Saved entries
-- -- --
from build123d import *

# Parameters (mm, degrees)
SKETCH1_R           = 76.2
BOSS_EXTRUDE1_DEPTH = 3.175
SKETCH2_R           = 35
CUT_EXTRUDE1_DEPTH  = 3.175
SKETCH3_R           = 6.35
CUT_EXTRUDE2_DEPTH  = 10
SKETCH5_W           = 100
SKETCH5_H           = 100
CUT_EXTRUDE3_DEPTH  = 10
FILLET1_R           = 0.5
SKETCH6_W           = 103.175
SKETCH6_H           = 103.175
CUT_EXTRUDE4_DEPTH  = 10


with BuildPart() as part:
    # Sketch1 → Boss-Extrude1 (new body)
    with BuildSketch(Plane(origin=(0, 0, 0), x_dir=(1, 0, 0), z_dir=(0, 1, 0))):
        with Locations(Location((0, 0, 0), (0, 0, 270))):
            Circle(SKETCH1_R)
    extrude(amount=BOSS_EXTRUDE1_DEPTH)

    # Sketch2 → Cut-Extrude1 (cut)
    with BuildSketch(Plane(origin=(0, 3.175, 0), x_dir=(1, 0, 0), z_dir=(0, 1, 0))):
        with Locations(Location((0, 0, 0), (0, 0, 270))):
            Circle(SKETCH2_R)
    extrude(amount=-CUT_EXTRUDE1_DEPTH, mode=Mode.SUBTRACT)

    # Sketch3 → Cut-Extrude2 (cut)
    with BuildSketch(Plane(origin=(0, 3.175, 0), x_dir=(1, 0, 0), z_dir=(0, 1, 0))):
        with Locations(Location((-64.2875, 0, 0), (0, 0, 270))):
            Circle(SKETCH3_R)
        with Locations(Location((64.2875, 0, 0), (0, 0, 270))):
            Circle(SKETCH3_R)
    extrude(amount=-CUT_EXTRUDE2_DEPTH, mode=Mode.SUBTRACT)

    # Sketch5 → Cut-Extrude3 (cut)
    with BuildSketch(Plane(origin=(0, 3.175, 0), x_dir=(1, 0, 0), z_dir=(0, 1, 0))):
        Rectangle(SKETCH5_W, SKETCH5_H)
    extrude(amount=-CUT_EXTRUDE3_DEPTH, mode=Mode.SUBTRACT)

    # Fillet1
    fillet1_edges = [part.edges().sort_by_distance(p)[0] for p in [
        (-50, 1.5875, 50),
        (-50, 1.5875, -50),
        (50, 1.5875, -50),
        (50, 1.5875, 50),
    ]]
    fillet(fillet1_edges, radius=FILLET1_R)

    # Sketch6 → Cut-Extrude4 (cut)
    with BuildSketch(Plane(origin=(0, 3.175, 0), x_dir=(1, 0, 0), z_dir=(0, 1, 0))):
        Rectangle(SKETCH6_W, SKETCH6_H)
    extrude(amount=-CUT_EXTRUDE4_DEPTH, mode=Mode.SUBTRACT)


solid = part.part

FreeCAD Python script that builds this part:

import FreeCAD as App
import Part
import Sketcher


def edges_at(feature, points):
    """Names of the edges that pass closest to the given points."""
    edges = feature.Shape.Edges
    near = lambda p: min(range(len(edges)), key=lambda i: edges[i].distToShape(Part.Vertex(*p))[0])
    return sorted({f"Edge{near(p) + 1}" for p in points})


def add_polygon(sketch, points):
    """Adds a closed chain of lines whose ends are joined by coincident constraints."""
    first, n = sketch.GeometryCount, len(points)
    for a, b in zip(points, points[1:] + points[:1]):
        sketch.addGeometry(Part.LineSegment(App.Vector(*a, 0), App.Vector(*b, 0)), False)
    for i in range(n):
        sketch.addConstraint(Sketcher.Constraint("Coincident", first + i, 2, first + (i + 1) % n, 1))

doc = App.newDocument("Part")
body = doc.addObject("PartDesign::Body", "Body")

sketch1 = body.newObject("Sketcher::SketchObject", "Sketch")
sketch1.AttachmentSupport = (doc.getObject("XZ_Plane"), [""])
sketch1.MapMode = "FlatFace"
sketch1.addGeometry(Part.Circle(App.Vector(0, 0, 0), App.Vector(0, 0, 1), 76), False)
sketch1.addConstraint([
    Sketcher.Constraint("Coincident", 0, 3, -1, 1),
    Sketcher.Constraint("Diameter", 0, 152.4),
])
pad1 = body.newObject("PartDesign::Pad", "Pad")
pad1.Profile = sketch1
pad1.Length = 3.175
pad1.Reversed = True

sketch2 = body.newObject("Sketcher::SketchObject", "Sketch001")
sketch2.AttachmentSupport = (doc.getObject("XZ_Plane"), [""])
sketch2.MapMode = "FlatFace"
sketch2.AttachmentOffset = App.Placement(App.Vector(0, 0, -3.175), App.Rotation())
sketch2.addGeometry(Part.Circle(App.Vector(0, 0, 0), App.Vector(0, 0, 1), 35), False)
sketch2.addConstraint([
    Sketcher.Constraint("Coincident", 0, 3, -1, 1),
    Sketcher.Constraint("Diameter", 0, 70.0),
])
pocket1 = body.newObject("PartDesign::Pocket", "Pocket")
pocket1.Profile = sketch2
pocket1.Length = 3.175
pocket1.Reversed = True

sketch3 = body.newObject("Sketcher::SketchObject", "Sketch002")
sketch3.AttachmentSupport = (doc.getObject("XZ_Plane"), [""])
sketch3.MapMode = "FlatFace"
sketch3.AttachmentOffset = App.Placement(App.Vector(0, 0, -3.175), App.Rotation())
sketch3.addGeometry([
    Part.Circle(App.Vector(-64, 0, 0), App.Vector(0, 0, 1), 6),
    Part.Circle(App.Vector(64, 0, 0), App.Vector(0, 0, 1), 6),
], False)
sketch3.addConstraint([
    Sketcher.Constraint("Equal", 0, 1),
    Sketcher.Constraint("Symmetric", 0, 3, 1, 3, -1, 1),
    Sketcher.Constraint("PointOnObject", 0, 3, -1),
    Sketcher.Constraint("Diameter", 0, 12.7),
    Sketcher.Constraint("DistanceX", 0, 3, 1, 3, 128.575),
])
pocket2 = body.newObject("PartDesign::Pocket", "Pocket001")
pocket2.Profile = sketch3
pocket2.Length = 10
pocket2.Reversed = True

sketch4 = body.newObject("Sketcher::SketchObject", "Sketch003")
sketch4.AttachmentSupport = (doc.getObject("XZ_Plane"), [""])
sketch4.MapMode = "FlatFace"
sketch4.AttachmentOffset = App.Placement(App.Vector(0, 0, -3.175), App.Rotation())
add_polygon(sketch4, [(-50, -50), (-50, 50), (50, 50), (50, -50)])
sketch4.addConstraint([
    Sketcher.Constraint("Vertical", 0),
    Sketcher.Constraint("Horizontal", 1),
    Sketcher.Constraint("Vertical", 2),
    Sketcher.Constraint("Horizontal", 3),
    Sketcher.Constraint("Symmetric", 0, 2, 2, 2, -1, 1),
    Sketcher.Constraint("Equal", 3, 0),
    Sketcher.Constraint("DistanceX", 1, 1, 1, 2, 100.0),
])
pocket3 = body.newObject("PartDesign::Pocket", "Pocket002")
pocket3.Profile = sketch4
pocket3.Length = 10
pocket3.Reversed = True
doc.recompute()

fillet = body.newObject("PartDesign::Fillet", "Fillet")
fillet.Base = (pocket3, edges_at(pocket3, [
    (-50, 1.587, 50),
    (-50, 1.587, -50),
    (50, 1.587, -50),
    (50, 1.587, 50),
]))
fillet.Radius = 0.5

sketch5 = body.newObject("Sketcher::SketchObject", "Sketch004")
sketch5.AttachmentSupport = (doc.getObject("XZ_Plane"), [""])
sketch5.MapMode = "FlatFace"
sketch5.AttachmentOffset = App.Placement(App.Vector(0, 0, -3.175), App.Rotation())
add_polygon(sketch5, [(-52, -52), (-52, 52), (52, 52), (52, -52)])
sketch5.addConstraint([
    Sketcher.Constraint("Vertical", 0),
    Sketcher.Constraint("Horizontal", 1),
    Sketcher.Constraint("Vertical", 2),
    Sketcher.Constraint("Horizontal", 3),
    Sketcher.Constraint("Symmetric", 0, 2, 2, 2, -1, 1),
    Sketcher.Constraint("Equal", 3, 0),
    Sketcher.Constraint("DistanceX", 1, 1, 1, 2, 103.175),
])
pocket4 = body.newObject("PartDesign::Pocket", "Pocket003")
pocket4.Profile = sketch5
pocket4.Length = 10
pocket4.Reversed = True

doc.recompute()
-- -- --
**WHAT YOU SHOULD DO:** An exact copy of the data is needed, running from its first line through the line that holds "# Sketch1 → Boss-Extrude1 (new body)", and nothing beyond that.

**WRITTEN ANSWER:**
from build123d import *

# Parameters (mm, degrees)
SKETCH1_R           = 76.2
BOSS_EXTRUDE1_DEPTH = 3.175
SKETCH2_R           = 35
CUT_EXTRUDE1_DEPTH  = 3.175
SKETCH3_R           = 6.35
CUT_EXTRUDE2_DEPTH  = 10
SKETCH5_W           = 100
SKETCH5_H           = 100
CUT_EXTRUDE3_DEPTH  = 10
FILLET1_R           = 0.5
SKETCH6_W           = 103.175
SKETCH6_H           = 103.175
CUT_EXTRUDE4_DEPTH  = 10


with BuildPart() as part:
    # Sketch1 → Boss-Extrude1 (new body)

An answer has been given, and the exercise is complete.